Assuming the conversion of all of the shares of Class B Common Stock beneficially owned by Mr. Diller into Common Stock and the exercise of stock options to purchase 1,623,500 shares of Common Stock (even if out-of-the-money), Mr. Diller would beneficially own approximately 6.9% of the outstanding Common Stock (calculated in accordance with Rule 13d-3). Because each share of Class B Common Stock generally is entitled to ten votes per share and each share of Common Stock is entitled to one vote per share, Mr. Diller has sole investment power and Mr. Diller has voting power (shared with Mr. Levin in certain circumstances, as described in Item 6) over equity securities of the Company (including shares underlying vested stock options, even if out-of-the-money) representing approximately 38.2% of the total number of votes of all classes of common stock of the Company.
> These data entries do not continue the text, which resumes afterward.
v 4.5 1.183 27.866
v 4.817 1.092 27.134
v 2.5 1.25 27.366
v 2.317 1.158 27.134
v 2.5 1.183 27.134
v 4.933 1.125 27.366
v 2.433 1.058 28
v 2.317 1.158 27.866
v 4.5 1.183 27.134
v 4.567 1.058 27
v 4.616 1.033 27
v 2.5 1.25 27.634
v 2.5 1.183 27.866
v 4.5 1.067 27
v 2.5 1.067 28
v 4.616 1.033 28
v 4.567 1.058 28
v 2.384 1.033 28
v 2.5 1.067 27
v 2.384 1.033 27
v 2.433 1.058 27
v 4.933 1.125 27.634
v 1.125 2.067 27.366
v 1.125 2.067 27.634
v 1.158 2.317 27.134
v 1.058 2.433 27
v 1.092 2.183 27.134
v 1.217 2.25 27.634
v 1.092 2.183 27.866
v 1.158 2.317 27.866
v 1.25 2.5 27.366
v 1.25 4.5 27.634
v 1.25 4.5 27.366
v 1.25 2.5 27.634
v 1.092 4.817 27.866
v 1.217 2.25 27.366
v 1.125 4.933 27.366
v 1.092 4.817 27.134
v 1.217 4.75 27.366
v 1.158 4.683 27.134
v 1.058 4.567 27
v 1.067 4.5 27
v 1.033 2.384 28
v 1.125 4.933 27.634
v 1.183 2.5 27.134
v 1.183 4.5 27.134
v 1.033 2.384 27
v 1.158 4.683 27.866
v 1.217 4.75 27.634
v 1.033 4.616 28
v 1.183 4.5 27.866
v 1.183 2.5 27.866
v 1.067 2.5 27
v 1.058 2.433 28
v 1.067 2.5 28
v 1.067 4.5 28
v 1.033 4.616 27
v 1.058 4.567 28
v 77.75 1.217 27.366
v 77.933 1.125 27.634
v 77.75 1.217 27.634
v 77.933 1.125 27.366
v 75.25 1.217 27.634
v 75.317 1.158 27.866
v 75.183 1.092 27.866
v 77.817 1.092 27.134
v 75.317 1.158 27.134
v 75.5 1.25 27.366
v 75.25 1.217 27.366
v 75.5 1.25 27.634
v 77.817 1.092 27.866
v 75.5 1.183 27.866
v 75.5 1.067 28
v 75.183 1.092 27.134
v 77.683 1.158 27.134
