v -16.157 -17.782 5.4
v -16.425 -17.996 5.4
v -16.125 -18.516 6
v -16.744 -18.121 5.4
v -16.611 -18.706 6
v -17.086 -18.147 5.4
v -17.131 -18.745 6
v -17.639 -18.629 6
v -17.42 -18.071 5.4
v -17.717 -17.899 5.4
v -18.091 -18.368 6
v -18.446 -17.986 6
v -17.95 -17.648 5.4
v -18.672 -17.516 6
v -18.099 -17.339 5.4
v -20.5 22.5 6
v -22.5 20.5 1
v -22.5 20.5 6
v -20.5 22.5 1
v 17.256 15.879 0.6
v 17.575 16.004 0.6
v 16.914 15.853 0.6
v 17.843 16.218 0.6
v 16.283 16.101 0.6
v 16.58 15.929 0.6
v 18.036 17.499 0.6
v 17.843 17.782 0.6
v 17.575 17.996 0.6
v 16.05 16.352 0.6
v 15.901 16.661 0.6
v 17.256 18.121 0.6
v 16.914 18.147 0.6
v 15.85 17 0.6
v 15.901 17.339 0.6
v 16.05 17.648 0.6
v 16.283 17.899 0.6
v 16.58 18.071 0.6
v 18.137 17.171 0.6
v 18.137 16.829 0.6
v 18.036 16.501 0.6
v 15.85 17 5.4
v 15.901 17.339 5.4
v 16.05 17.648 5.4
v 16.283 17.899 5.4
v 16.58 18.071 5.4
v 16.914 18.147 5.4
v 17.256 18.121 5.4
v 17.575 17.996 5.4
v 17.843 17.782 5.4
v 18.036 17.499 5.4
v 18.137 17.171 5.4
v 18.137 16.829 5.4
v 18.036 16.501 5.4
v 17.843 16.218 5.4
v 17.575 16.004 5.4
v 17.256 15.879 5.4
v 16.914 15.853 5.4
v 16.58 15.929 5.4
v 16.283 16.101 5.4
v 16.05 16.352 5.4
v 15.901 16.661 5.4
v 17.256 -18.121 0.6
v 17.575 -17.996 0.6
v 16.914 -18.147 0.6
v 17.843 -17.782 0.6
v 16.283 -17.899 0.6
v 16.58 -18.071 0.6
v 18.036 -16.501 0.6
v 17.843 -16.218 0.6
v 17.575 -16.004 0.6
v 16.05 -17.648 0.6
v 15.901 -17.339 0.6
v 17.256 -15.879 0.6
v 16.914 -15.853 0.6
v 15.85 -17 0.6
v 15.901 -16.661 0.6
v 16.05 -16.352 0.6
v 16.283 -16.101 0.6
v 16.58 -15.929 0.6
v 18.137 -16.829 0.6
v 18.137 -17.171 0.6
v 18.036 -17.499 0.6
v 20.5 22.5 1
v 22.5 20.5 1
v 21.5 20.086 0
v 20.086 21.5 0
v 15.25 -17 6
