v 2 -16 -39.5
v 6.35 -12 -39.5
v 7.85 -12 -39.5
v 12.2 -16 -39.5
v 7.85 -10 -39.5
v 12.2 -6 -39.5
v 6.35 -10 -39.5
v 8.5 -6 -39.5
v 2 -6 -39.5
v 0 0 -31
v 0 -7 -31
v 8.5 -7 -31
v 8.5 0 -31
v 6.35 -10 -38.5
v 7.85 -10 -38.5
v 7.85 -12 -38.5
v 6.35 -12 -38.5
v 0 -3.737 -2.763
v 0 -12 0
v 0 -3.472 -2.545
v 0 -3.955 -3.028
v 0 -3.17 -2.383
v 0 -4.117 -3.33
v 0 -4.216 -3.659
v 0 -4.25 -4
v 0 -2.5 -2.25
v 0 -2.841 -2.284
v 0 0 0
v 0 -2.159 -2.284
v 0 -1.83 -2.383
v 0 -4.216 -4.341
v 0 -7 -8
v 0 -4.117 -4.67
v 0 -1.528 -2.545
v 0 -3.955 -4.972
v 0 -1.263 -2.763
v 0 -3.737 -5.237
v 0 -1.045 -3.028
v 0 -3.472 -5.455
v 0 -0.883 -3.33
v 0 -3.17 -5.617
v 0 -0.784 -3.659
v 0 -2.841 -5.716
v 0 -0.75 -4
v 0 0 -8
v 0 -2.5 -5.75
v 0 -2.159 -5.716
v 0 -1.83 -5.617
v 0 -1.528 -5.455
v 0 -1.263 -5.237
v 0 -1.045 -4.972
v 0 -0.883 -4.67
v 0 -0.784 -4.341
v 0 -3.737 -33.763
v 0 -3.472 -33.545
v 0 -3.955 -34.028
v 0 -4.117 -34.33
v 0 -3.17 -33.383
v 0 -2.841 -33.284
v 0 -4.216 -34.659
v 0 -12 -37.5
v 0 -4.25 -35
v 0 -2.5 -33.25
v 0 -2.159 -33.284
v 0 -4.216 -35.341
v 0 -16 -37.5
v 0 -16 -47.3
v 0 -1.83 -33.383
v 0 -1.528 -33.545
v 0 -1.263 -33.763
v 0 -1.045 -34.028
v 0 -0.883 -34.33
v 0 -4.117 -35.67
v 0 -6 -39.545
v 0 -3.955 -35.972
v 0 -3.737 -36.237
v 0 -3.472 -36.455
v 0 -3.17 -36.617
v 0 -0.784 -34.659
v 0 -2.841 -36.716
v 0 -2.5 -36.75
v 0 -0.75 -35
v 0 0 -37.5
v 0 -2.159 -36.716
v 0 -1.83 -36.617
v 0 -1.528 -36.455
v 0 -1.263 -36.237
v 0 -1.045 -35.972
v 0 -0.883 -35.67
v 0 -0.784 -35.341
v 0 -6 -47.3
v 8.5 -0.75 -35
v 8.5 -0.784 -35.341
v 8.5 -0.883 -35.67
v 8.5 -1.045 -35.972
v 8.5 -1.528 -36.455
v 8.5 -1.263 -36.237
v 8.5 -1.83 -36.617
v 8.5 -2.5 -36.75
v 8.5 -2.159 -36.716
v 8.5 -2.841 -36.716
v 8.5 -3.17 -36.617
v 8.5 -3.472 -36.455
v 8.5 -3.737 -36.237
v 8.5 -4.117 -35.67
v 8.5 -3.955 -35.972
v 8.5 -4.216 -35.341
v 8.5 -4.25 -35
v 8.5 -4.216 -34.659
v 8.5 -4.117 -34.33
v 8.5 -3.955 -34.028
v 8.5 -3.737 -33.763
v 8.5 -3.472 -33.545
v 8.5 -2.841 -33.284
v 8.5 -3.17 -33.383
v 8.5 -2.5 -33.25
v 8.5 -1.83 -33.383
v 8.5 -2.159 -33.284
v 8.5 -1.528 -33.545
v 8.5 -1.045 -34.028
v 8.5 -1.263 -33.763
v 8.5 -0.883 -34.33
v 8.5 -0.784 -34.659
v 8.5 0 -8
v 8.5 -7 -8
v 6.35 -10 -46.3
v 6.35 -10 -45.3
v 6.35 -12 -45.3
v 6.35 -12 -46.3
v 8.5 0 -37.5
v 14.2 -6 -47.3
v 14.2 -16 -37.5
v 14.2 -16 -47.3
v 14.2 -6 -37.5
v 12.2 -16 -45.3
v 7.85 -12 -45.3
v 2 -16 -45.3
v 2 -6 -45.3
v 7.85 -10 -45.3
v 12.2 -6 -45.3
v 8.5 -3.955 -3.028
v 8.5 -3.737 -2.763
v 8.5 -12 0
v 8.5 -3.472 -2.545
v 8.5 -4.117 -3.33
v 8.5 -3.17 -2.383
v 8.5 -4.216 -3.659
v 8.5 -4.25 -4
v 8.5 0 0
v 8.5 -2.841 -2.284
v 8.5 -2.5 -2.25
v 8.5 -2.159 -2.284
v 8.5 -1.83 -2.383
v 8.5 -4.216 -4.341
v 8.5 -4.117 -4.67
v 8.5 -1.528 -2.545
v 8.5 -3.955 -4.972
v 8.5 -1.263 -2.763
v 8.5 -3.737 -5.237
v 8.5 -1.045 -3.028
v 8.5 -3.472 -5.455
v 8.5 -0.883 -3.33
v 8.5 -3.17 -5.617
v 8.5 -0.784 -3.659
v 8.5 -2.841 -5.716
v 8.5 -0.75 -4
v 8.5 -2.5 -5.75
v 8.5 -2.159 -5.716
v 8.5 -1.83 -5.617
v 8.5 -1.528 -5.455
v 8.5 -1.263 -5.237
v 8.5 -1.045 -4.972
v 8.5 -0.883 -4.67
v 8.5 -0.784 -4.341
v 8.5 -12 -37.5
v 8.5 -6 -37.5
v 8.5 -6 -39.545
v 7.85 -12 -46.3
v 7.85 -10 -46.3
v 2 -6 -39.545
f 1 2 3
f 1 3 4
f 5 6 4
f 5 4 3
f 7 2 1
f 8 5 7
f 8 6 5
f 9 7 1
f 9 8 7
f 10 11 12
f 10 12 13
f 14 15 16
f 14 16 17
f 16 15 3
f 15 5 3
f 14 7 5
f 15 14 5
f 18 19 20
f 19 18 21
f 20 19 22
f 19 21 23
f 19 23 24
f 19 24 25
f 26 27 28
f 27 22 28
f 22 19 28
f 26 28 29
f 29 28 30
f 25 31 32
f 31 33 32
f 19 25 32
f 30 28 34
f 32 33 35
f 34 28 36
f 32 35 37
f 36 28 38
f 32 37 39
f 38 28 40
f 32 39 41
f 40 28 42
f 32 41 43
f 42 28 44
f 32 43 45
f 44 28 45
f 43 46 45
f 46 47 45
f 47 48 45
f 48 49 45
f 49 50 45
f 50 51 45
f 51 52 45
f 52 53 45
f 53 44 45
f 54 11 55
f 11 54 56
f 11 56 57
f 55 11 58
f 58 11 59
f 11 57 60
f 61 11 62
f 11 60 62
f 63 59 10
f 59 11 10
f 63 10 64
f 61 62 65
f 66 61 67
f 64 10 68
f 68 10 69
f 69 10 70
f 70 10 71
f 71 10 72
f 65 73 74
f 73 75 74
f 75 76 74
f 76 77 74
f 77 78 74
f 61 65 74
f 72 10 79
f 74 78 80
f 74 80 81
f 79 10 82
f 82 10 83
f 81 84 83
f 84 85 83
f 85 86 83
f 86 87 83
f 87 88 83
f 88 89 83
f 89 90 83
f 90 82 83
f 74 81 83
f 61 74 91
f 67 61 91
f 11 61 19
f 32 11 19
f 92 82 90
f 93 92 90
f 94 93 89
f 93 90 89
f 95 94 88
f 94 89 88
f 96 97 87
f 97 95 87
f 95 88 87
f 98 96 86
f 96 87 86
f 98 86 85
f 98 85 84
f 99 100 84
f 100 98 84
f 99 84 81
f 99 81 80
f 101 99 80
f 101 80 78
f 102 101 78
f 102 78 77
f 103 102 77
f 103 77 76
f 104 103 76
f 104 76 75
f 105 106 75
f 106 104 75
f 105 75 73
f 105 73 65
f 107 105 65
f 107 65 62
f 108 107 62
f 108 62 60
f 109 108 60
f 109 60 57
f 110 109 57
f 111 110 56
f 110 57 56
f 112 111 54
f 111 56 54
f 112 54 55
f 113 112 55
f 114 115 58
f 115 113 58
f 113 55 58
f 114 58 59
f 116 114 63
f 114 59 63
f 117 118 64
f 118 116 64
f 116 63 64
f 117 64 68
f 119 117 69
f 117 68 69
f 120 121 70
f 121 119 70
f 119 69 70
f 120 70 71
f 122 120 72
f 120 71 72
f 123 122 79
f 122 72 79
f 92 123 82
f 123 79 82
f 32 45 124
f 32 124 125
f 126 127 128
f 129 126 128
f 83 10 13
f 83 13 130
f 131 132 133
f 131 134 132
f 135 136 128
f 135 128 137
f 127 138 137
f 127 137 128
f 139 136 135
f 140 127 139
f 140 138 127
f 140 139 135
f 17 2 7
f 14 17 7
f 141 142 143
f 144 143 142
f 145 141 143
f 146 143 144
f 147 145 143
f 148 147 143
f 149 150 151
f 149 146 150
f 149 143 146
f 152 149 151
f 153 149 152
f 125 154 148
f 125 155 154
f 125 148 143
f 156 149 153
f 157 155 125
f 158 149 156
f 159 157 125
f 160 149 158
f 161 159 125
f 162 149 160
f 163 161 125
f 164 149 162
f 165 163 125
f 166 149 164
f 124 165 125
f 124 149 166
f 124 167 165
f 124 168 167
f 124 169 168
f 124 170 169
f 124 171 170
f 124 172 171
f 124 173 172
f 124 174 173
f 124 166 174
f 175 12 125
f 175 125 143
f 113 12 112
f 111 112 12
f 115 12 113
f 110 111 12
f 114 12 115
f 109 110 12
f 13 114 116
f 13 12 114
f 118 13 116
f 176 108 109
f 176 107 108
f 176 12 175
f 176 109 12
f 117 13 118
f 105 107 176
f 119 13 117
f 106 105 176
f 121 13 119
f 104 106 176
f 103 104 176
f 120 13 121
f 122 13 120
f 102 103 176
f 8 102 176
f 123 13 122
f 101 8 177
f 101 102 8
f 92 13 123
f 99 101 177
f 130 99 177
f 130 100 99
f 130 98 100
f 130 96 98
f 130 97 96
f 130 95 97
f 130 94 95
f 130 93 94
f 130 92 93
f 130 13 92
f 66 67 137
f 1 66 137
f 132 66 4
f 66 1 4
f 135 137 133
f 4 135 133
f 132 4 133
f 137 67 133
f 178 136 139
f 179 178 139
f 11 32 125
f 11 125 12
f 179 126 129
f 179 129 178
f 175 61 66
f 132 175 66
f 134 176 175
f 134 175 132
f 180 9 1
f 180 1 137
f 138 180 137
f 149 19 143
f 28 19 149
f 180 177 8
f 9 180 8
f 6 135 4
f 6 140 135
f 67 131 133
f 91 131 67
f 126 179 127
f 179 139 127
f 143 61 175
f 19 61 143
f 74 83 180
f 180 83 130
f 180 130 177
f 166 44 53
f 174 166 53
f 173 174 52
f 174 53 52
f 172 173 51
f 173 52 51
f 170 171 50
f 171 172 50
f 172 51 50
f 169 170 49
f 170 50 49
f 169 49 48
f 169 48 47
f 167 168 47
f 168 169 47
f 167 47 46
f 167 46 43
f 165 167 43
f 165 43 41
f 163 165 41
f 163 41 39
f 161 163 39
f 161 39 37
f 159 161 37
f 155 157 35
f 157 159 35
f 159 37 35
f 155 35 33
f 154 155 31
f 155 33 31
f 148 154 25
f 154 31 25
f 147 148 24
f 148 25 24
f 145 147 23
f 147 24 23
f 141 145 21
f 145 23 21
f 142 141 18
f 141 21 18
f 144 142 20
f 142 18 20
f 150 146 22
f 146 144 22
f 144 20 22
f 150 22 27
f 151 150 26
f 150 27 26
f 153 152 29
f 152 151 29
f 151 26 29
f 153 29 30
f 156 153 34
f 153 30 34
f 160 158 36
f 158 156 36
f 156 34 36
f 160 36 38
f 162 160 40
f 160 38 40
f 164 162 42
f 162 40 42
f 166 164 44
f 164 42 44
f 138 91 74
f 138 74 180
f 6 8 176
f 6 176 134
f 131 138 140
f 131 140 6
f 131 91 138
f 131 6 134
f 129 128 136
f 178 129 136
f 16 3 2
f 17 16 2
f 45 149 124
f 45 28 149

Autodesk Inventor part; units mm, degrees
ref_plane "YZ Plane" through (0, 0, 0) normal (1, 0, 0) x (0, 1, 0)
ref_plane "XZ Plane" through (0, 0, 0) normal (0, 1, 0) x (-1, 0, 0)
ref_plane "XY Plane" through (0, 0, 0) normal (0, 0, 1) x (1, 0, 0)
sketch "Sketch1" plane through (0, 0, 0) normal (1, 0, 0) x (0, 1, 0)
  line L0 (0, 0) -> (0, -8)
  line L1 (0, -8) -> (-7, -8)
  line L2 (-7, -8) -> (-7, -31)
  line L3 (-7, -31) -> (0, -31)
  line L4 (0, -31) -> (0, -37.5)
  line L5 (0, -37.5) -> (-12, -37.5)
  line L6 (-12, -37.5) -> (-12, 0)
  line L7 (-12, 0) -> (0, 0)
  line L8 (0, -4) -> (-2.5, -4) construction
  circle A0 centre (-2.5, -4) radius 1.75
  line L9 (0, -31) -> (-2.5, -31) construction
  line L10 (-2.5, -31) -> (-2.5, -35) construction
  circle A1 centre (-2.5, -35) radius 1.75
  dimension "d0" = 8
  dimension "d1" = 7
  dimension "d2" = 23
  dimension "d3" = 6.5
  dimension "d4" = 12
  dimension "d5" = 2.5
  dimension "d6" = 3.5
  dimension "d7" = 4
  dimension "d8" = 3.5
extrude "Extrusion1" add sketch "Sketch1" along normal blind 8.5
sketch "Sketch2" plane through (0, 0, -31) normal (0, 1, 0) x (1, 0, 0)
  line L0 (0, 6.5) -> (0, -31) projected
  line L1 (0, 6.5) -> (2, 6.5) construction
  line L2 (0, 6.5) -> (8.5, 6.5) construction
  line L3 (2, 6.5) -> (0, 6.5) construction
  line L4 (0, 16.3) -> (2, 16.3) construction
  line L5 (2, 16.3) -> (2, 14.3) construction
  line L6 (2, 14.3) -> (12.2, 14.3)
  line L7 (12.2, 14.3) -> (12.2, 8.5)
  line L8 (12.2, 8.5) -> (2, 8.5)
  line L9 (2, 8.5) -> (2, 14.3)
  line L10 (0, 6.5) -> (14.2, 6.5)
  line L11 (14.2, 6.5) -> (14.2, 16.3)
  line L12 (14.2, 16.3) -> (0, 16.3)
  line L13 (0, 16.3) -> (0, 6.5)
  dimension "d11" = 9.8
  dimension "d15" = 2
  dimension "d16" = 2
  dimension "d17" = 10.2
  dimension "d18" = 5.8
  dimension "d19" = 14.2
extrude "Extrusion2" add sketch "Sketch2" against normal blind 16
extrude "Extrusion3" cut sketch "Sketch2" against normal blind 6
sketch "Sketch3" plane through (8.5, 0, 0) normal (1, 0, 0) x (0, 0, -1)
  line L0 (37.5, 0) -> (31, 0) projected
  line L1 (37.5, 0) -> (39.5451, -6)
  line L2 (37.5, -12) -> (37.5, -6) projected
  line L3 (39.5451, -6) -> (37.5, -6)
  line L4 (37.5, -6) -> (37.5, 0)
  point P0 (0, 0)
extrude "Extrusion4" add sketch "Sketch3" against normal blind 8.5
sketch "Sketch4" plane through (2, -16, -45.3) normal (0, 0, 1) x (1, 0, 0)
  line L0 (10.2, 0) -> (0, 0) construction
  line L1 (5.1, 0) -> (5.1, 4) construction
  line L2 (10.2, 10) -> (0, 10) construction
  line L3 (5.1, 4) -> (4.35, 4) construction
  line L4 (4.35, 4) -> (5.85, 4)
  line L5 (5.85, 4) -> (5.85, 6)
  line L6 (5.85, 6) -> (4.35, 6)
  line L7 (4.35, 6) -> (4.35, 4)
  point P0 (-2, 16)
  dimension "d28" = 1.5
  dimension "d29" = 2
extrude "Extrusion5" cut sketch "Sketch4" against normal blind 1
sketch "Sketch5" plane through (12.2, -16, -39.5) normal (0, 0, -1) x (-1, 0, 0)
  line L0 (10.2, 0) -> (0, 0) construction
  line L1 (5.1, 0) -> (5.1, 4) construction
  line L2 (5.1, 4) -> (4.35, 4) construction
  line L3 (4.35, 4) -> (5.85, 4)
  line L4 (5.85, 4) -> (5.85, 6)
  line L5 (5.85, 6) -> (4.35, 6)
  line L6 (4.35, 6) -> (4.35, 4)
  point P0 (12.2, 16)
  dimension "d34" = 1.5
  dimension "d35" = 2
extrude "Extrusion6" cut sketch "Sketch5" against normal blind 1
properties part number "Proximity Sensor Mount_1"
All percentage ownership information in this paragraph is based on 9,399,250 shares of Class B Common Stock and 155,894,179 shares of Common Stock outstanding as of October 29, 2021, as set forth in the Company’s Quarterly Report on Form 10-Q filed on November 5, 2021.

 

(b) The information contained in Item 5(a) of this Report on Schedule 13D/A is hereby incorporated by reference herein.

 

(c) On November 12, 2021, in connection with the long-term estate planning of Mr. Diller and his family, (i) trusts for the benefit of certain members of Mr. Diller’s family (the “Descendants Trusts”) transferred 221,949 shares of Common Stock and 5,994,667 shares of Class B Common Stock to the Arrow Trust and the Arrow Trust transferred 1,094,412 shares of Class B common stock of IAC/InterActiveCorp. (“IAC”) to the Descendant’s Trusts and (ii) a trust for the benefit of certain of Mr. Diller’s family members (the “TALT Trust”) transferred 724,167 shares of Class B Common Stock to the Arrow Trust and the Arrow Trust transferred 127,486 shares of Class B common stock of IAC to the TALT Trust. The above transfers do not represent any increase or decrease to the aggregate number of shares of Common Stock and Class B Common Stock of the Company or IAC owned by the Diller Family.

 

(d) Except as described herein, no person other than Mr. Diller has the right to receive or the power to direct the receipt of dividends from, or the proceeds from the sale of, shares of Common Stock beneficially owned by Mr. Diller.

 

(e) Not applicable.

 

 

SIGNATURE

 

After reasonable inquiry and to the best of his knowledge and belief, the undersigned certifies that the information set forth in this statement is true, complete and correct.